Each dimension has "level descriptors" with further detail relating to them - these describe the generally recognised steps in extending and applying knowledge and skills in a NHS environment. Across the KSF there is an aim to have a common language between the dimensions and levels and this should link easily to existing national and most local frameworks.

What will happen next?

Over the next few months the Knowledge and Skills Framework group will continue to test the KSF against real jobs in the NHS. After agreement on Agenda for Change is reached, further refinement of the KSF will take place in a number of early implementer sites.

What is the staff side view and will this effect my pay?

The KSF development work is being developed jointly, with Staff Side involvement. The development of the KSF is still at an early stage. Much more work and testing is required before a final document can be produced and agreed. The Staff Side fully supports moves to improve staff development and learning opportunities for staff. We have argued of strong link between any competency framework and access to funding and time-off for Continuing Professional Development. The Staff Side do not support a link between pay and the KSF.

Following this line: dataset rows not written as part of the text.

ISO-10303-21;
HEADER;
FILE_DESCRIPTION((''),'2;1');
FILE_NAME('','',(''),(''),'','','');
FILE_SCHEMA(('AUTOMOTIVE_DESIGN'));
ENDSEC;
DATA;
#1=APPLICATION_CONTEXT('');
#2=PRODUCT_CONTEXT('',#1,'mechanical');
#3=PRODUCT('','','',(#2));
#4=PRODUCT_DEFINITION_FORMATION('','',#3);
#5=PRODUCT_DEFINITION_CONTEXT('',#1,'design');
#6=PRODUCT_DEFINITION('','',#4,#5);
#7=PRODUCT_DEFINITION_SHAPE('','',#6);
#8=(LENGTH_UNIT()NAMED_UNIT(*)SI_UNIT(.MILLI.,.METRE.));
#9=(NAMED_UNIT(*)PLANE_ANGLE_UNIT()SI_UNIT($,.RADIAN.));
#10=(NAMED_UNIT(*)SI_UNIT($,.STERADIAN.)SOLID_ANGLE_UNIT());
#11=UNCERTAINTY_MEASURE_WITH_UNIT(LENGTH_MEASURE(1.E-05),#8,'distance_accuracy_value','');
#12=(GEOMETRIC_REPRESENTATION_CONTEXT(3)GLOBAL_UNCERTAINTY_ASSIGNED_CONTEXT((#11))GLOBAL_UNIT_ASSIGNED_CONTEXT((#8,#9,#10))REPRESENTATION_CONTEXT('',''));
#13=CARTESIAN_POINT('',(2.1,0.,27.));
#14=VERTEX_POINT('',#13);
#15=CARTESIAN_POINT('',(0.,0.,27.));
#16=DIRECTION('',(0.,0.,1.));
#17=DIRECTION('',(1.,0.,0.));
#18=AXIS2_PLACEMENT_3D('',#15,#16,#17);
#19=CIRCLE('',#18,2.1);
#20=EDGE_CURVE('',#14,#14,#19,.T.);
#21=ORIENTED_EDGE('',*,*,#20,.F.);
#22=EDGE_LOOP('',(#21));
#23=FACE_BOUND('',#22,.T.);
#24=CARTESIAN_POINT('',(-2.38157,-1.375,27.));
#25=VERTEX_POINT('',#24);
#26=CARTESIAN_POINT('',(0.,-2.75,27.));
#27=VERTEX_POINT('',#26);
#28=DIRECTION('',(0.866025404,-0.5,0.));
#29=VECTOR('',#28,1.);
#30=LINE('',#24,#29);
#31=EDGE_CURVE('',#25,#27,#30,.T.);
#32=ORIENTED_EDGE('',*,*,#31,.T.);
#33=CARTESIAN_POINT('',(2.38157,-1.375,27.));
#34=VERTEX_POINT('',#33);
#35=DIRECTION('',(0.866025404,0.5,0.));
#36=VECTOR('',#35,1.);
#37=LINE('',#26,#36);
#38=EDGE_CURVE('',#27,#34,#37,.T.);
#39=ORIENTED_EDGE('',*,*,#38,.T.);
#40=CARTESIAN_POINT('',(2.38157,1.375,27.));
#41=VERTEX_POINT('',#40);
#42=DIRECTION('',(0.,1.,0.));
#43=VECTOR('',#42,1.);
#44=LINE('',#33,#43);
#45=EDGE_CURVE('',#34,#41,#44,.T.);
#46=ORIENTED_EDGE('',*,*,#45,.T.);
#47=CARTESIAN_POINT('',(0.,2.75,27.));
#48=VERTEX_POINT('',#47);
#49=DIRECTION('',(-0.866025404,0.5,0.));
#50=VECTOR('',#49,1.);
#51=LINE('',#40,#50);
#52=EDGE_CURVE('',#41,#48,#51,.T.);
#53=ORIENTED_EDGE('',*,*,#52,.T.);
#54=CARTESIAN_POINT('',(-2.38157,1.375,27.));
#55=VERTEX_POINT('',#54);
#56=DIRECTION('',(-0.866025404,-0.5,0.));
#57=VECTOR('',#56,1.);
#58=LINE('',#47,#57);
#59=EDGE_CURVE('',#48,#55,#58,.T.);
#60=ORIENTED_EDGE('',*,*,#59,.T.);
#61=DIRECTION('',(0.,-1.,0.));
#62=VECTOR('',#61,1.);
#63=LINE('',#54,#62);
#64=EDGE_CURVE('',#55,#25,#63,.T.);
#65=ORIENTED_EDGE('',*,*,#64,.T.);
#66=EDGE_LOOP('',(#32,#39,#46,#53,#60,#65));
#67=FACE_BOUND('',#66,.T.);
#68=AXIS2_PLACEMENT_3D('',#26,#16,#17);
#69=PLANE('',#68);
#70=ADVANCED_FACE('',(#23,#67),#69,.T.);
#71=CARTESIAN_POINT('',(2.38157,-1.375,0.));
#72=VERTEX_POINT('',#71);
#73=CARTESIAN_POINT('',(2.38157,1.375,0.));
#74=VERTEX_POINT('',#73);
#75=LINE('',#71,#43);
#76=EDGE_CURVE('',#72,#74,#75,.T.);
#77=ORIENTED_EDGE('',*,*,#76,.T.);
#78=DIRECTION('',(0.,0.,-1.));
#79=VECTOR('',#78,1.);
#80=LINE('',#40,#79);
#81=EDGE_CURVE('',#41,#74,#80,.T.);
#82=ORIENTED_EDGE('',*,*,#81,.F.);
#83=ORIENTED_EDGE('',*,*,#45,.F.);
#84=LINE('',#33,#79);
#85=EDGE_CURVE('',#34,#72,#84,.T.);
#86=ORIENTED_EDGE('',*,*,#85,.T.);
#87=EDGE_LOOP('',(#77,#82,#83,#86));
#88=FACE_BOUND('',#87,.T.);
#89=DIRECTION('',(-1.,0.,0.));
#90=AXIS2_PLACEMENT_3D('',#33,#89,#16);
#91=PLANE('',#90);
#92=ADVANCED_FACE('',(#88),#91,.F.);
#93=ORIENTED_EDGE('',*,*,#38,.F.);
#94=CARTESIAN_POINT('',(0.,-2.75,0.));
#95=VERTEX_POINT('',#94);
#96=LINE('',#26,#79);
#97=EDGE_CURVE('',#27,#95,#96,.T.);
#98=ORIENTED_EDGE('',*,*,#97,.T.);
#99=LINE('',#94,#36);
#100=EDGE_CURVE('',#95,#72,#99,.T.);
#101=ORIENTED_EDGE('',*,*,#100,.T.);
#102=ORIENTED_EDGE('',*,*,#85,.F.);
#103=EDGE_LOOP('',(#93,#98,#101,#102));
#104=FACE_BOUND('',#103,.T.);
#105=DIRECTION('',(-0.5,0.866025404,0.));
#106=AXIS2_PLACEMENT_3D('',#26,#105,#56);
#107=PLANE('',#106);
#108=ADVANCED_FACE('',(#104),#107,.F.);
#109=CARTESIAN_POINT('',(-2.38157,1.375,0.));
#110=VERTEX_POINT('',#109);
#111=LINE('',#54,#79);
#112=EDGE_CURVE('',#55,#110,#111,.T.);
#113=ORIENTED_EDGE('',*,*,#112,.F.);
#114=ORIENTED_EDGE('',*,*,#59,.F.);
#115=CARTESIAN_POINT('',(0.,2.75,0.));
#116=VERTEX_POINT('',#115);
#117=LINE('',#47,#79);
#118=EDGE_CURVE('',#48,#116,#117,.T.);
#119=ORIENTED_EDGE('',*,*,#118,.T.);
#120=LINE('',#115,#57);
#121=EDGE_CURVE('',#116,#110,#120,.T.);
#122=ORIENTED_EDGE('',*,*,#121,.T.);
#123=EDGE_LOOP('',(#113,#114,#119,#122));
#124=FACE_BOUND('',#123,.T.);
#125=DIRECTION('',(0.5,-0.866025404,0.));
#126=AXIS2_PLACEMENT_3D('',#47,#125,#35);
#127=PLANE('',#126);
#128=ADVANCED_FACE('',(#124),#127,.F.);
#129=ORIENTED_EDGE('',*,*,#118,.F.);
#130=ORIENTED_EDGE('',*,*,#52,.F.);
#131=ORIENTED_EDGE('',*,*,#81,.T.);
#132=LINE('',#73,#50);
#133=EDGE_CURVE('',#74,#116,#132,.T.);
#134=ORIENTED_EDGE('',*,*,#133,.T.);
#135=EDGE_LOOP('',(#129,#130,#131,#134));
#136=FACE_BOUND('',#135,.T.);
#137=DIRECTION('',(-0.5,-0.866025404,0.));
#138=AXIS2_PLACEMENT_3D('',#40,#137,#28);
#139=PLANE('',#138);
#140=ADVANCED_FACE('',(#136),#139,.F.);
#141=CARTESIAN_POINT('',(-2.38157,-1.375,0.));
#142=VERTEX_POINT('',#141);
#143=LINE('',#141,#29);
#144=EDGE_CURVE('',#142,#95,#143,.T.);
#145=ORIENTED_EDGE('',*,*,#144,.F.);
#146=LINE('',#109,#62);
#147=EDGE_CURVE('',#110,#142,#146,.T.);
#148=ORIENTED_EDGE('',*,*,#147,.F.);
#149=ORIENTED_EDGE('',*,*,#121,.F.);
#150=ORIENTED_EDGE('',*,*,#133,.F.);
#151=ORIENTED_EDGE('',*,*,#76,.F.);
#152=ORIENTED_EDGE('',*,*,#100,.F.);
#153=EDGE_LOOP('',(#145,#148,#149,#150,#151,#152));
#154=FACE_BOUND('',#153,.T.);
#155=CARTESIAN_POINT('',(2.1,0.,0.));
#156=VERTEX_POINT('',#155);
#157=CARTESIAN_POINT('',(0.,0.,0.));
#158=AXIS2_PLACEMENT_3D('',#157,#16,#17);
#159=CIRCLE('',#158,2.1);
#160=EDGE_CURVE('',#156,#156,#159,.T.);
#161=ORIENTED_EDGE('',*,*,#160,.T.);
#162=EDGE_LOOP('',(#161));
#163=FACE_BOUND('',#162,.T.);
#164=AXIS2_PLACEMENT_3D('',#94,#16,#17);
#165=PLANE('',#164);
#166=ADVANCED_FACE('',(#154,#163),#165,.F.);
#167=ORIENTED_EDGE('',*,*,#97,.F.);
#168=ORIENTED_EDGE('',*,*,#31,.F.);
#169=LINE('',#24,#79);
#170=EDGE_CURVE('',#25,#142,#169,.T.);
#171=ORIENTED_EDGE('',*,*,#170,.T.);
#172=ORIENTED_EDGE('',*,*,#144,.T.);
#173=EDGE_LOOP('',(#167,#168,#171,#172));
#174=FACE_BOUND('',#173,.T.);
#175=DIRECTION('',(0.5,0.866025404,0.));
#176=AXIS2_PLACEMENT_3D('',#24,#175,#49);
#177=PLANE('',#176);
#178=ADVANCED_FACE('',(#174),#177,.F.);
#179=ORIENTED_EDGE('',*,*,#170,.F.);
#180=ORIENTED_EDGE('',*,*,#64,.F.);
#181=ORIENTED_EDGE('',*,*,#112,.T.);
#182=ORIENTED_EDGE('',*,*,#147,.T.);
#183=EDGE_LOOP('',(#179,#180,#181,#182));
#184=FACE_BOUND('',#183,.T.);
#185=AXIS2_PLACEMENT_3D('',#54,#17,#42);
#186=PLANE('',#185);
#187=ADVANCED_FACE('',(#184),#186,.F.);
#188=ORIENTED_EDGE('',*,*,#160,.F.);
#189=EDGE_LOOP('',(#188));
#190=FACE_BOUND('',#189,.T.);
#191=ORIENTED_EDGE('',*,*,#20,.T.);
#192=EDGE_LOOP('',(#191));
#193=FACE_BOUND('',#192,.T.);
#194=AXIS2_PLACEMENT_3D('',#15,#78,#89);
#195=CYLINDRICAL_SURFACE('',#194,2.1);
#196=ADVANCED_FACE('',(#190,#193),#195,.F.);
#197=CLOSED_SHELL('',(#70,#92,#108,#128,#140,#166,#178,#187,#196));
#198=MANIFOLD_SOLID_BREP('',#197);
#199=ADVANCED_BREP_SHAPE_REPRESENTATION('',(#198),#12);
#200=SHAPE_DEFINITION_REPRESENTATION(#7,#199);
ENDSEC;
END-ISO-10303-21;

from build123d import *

# Parameters (mm, degrees)
SKETCH1_R      = 2.1
EXTRUDE1_DEPTH = 27


with BuildPart() as part:
    # Sketch1 → Extrude1 (new body)
    with BuildSketch(Plane.XY):
        Polygon((0, -2.75), (2.38156986, -1.375), (2.38156986, 1.375), (0, 2.75), (-2.38156986, 1.375), (-2.38156986, -1.375), align=None)
        Circle(SKETCH1_R, mode=Mode.SUBTRACT)
    extrude(amount=EXTRUDE1_DEPTH)


solid = part.part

However, as we have seen in teaching we have seen that the Government is committed to improving the public sector by linking pay movements through the pay system to performance or competence. Amicus MSF believes that Government over estimates the effect of pay as a driver for change or at least there are other factors, particularly for health professionals, that determines the level of performance. But the Chancellor is linking additional resources to modernisation and improved performance. This will be particularly true as far as additional monies for pay modernisation is concerned.

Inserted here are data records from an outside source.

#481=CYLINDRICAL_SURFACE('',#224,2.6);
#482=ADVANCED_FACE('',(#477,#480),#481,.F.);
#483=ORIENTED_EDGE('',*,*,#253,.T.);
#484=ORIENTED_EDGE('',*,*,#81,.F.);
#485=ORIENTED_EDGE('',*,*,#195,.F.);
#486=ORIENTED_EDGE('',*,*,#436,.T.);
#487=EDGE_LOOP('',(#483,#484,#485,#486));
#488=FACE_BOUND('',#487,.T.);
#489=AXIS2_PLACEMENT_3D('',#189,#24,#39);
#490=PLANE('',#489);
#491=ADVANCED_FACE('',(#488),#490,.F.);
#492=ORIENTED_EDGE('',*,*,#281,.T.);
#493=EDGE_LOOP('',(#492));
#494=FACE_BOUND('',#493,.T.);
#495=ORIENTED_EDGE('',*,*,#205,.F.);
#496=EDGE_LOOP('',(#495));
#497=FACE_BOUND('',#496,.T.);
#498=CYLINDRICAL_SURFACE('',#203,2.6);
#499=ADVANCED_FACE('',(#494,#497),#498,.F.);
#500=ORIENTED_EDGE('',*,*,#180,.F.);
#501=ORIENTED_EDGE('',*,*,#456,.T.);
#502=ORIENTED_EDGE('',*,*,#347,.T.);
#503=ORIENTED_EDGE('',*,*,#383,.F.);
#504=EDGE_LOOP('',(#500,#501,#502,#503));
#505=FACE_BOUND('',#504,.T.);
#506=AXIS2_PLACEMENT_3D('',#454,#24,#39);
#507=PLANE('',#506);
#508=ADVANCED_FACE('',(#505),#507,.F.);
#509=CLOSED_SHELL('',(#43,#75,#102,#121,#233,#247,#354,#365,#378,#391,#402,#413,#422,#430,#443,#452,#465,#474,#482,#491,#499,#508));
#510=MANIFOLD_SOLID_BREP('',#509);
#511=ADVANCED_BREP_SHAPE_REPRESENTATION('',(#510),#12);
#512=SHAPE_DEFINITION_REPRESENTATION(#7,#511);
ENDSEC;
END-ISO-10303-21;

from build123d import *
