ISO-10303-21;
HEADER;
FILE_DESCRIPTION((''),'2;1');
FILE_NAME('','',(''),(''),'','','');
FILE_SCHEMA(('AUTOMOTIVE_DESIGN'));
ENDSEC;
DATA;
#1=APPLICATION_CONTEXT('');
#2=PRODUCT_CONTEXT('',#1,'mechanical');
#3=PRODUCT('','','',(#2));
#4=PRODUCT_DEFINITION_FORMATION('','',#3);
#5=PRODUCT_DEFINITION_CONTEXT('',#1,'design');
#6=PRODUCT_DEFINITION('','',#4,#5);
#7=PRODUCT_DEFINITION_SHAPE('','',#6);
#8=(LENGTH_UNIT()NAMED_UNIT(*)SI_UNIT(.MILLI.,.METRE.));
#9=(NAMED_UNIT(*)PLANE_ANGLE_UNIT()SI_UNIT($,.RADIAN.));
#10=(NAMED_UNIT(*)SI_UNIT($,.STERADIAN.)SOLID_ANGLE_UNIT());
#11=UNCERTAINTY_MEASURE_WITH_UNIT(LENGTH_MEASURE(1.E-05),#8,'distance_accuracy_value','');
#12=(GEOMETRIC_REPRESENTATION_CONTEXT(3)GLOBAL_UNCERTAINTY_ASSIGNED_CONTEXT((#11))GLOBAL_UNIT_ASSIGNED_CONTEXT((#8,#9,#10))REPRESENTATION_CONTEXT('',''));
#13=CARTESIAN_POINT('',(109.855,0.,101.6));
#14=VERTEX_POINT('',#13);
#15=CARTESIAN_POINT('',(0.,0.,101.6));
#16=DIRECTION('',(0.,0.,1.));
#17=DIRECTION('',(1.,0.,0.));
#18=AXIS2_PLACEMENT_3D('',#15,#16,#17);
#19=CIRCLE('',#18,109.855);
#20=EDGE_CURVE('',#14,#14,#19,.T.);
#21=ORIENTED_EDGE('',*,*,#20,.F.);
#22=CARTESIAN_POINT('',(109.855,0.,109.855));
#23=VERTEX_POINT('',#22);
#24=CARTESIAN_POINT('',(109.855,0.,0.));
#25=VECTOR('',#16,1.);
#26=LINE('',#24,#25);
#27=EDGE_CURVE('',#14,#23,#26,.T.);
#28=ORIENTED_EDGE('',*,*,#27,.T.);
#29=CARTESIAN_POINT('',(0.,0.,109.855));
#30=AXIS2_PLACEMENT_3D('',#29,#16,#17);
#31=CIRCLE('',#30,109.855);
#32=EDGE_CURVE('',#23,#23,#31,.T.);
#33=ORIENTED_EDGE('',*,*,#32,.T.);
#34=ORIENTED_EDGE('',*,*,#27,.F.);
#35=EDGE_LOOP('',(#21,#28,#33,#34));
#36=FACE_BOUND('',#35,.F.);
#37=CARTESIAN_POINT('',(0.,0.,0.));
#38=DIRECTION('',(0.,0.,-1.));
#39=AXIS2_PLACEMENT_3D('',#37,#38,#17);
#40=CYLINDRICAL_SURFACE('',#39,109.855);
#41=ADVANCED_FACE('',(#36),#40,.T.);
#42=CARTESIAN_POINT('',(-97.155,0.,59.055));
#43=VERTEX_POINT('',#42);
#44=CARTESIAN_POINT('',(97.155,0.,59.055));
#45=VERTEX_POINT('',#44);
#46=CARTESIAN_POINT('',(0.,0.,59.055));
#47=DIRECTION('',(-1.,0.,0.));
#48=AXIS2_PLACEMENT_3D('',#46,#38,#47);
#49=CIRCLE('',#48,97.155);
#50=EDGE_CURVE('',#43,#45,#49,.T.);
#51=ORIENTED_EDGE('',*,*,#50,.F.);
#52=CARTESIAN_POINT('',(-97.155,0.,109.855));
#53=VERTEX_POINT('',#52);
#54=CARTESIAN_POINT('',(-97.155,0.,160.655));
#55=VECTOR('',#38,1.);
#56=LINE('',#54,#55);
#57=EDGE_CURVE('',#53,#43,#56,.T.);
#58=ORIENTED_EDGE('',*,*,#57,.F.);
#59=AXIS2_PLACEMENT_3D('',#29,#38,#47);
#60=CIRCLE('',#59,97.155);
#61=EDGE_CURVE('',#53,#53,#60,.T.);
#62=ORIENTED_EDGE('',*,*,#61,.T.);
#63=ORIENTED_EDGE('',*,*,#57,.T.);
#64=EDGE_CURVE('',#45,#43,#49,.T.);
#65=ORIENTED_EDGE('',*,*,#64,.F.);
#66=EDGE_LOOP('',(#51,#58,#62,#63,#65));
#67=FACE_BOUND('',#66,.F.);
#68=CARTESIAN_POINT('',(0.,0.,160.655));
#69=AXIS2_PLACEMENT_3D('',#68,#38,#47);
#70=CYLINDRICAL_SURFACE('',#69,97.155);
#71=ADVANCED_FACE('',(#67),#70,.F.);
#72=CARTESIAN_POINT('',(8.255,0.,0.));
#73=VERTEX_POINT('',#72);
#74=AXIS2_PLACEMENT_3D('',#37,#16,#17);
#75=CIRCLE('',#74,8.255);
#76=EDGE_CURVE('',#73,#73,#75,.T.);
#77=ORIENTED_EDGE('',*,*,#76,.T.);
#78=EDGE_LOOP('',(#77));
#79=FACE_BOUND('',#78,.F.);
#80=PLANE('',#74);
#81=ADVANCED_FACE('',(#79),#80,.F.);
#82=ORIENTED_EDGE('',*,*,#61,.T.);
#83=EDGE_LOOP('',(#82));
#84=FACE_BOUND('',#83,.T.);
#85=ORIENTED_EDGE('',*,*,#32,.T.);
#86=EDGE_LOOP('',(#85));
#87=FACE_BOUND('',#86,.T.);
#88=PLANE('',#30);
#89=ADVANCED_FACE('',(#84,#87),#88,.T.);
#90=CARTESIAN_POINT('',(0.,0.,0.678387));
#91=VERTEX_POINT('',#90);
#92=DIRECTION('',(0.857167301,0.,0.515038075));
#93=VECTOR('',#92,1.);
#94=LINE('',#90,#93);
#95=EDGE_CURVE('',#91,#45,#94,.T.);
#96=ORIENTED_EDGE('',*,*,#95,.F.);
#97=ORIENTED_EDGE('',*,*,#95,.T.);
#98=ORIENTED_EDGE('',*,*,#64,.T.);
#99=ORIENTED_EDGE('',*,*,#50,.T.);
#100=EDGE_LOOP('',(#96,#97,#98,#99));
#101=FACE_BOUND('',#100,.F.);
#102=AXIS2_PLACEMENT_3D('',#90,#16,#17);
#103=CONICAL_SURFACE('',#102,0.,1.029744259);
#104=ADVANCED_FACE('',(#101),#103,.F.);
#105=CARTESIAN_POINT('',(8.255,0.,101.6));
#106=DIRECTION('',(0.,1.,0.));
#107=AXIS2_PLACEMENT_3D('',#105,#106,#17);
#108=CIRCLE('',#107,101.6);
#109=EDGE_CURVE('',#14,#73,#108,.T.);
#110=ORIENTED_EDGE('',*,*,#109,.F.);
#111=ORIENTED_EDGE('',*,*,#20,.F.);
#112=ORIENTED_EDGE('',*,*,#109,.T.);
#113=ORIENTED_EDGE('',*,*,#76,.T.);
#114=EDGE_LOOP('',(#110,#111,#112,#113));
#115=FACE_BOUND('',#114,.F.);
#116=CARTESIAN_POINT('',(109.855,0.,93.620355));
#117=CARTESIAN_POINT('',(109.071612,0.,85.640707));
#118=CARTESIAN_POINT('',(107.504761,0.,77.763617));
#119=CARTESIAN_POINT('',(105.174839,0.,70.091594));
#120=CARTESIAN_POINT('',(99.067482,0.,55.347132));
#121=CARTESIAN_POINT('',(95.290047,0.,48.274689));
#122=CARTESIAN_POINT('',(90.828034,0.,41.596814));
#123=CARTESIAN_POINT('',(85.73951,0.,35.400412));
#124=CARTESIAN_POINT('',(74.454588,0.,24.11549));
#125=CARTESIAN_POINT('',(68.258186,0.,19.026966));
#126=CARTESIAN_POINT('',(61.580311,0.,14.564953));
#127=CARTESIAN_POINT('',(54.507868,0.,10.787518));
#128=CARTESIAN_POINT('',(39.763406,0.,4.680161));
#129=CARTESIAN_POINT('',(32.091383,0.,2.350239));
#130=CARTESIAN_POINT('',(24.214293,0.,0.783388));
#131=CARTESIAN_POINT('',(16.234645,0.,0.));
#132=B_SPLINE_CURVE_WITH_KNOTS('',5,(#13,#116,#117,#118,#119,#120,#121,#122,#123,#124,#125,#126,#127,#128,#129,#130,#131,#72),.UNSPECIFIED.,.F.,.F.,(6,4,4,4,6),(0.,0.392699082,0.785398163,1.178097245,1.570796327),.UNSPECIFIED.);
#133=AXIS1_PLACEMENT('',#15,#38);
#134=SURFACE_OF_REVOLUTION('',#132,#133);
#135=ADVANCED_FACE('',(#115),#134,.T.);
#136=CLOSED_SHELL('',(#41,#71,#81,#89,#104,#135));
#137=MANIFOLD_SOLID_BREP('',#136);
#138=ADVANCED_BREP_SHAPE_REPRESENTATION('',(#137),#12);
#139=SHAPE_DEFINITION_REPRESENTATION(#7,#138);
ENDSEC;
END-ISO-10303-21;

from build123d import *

# Parameters (mm, degrees)
F0_R     = 109.855
F1_DEPTH = 109.855
F3_D     = 194.31
F3_DEPTH = 50.8
F3_TIP   = 58.3766134416
F4_R     = 101.6


with BuildPart() as f1:
    # F0 (on Top) → F1 (new body)
    with BuildSketch(Plane.XY):
        Circle(F0_R)
    extrude(amount=F1_DEPTH)

    # F3
    with Locations(Plane.XY.offset(109.855)):
        with Locations((0, 0)):
            Hole(F3_D / 2, depth=F3_DEPTH)
            with Locations((0, 0, -(F3_DEPTH + F3_TIP / 2))):  # 118° drill point
                Cone(0, F3_D / 2, F3_TIP, mode=Mode.SUBTRACT)

    # F4
    f4_edges = [f1.edges().sort_by_distance(p)[0] for p in [
        (-109.855, 0, 0),
    ]]
    fillet(f4_edges, radius=F4_R)


solid = f1.part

Any new system has to overcome scepticism because Staff Side has been badly bitten in the past with such systems. For example Discretionary Points are a crude competency based system and we have proven them to be discriminatory in their implementation. Often employers left to their own volition distort agreed criterion in order to control the salary bill.

In their defence many professions have competency frameworks but with professional practice in mind.

Therefore it is a major task to develop a fair, objective and non-discriminatory system that acts as a facilitator of change and improved clinical practice. The alternative is that it is used by local management to hold staff back and prevent them fulfilling their potential or as a means to not reward staff who make an extra contribution to improving the service.

The ‘vision’ for the KSF will be very important to ensuring its success. Otherwise it will quickly fall into disrepair and disrepute. We are hopeful that the Department of Health has learnt the lessons of the past through our discussions around Agenda for Change and initiatives around Improving Working Lives. Certainly draft HR supporting documentation underlines our optimistic approach to a successful outcome of this aspect of the talks. Although we still have some to travel till they reach their conclusion.

Amicus MSF is aware that a number of trusts have or are considering developing their own staff development schemes (some potentially linked to pay). Local Accredited Representatives in such trusts can use this statement to help argue that local employers should not at this stage undertake such work as a national framework is being developed in partnership. If this fails a reference to the Audit Commission for wasting public money should be made.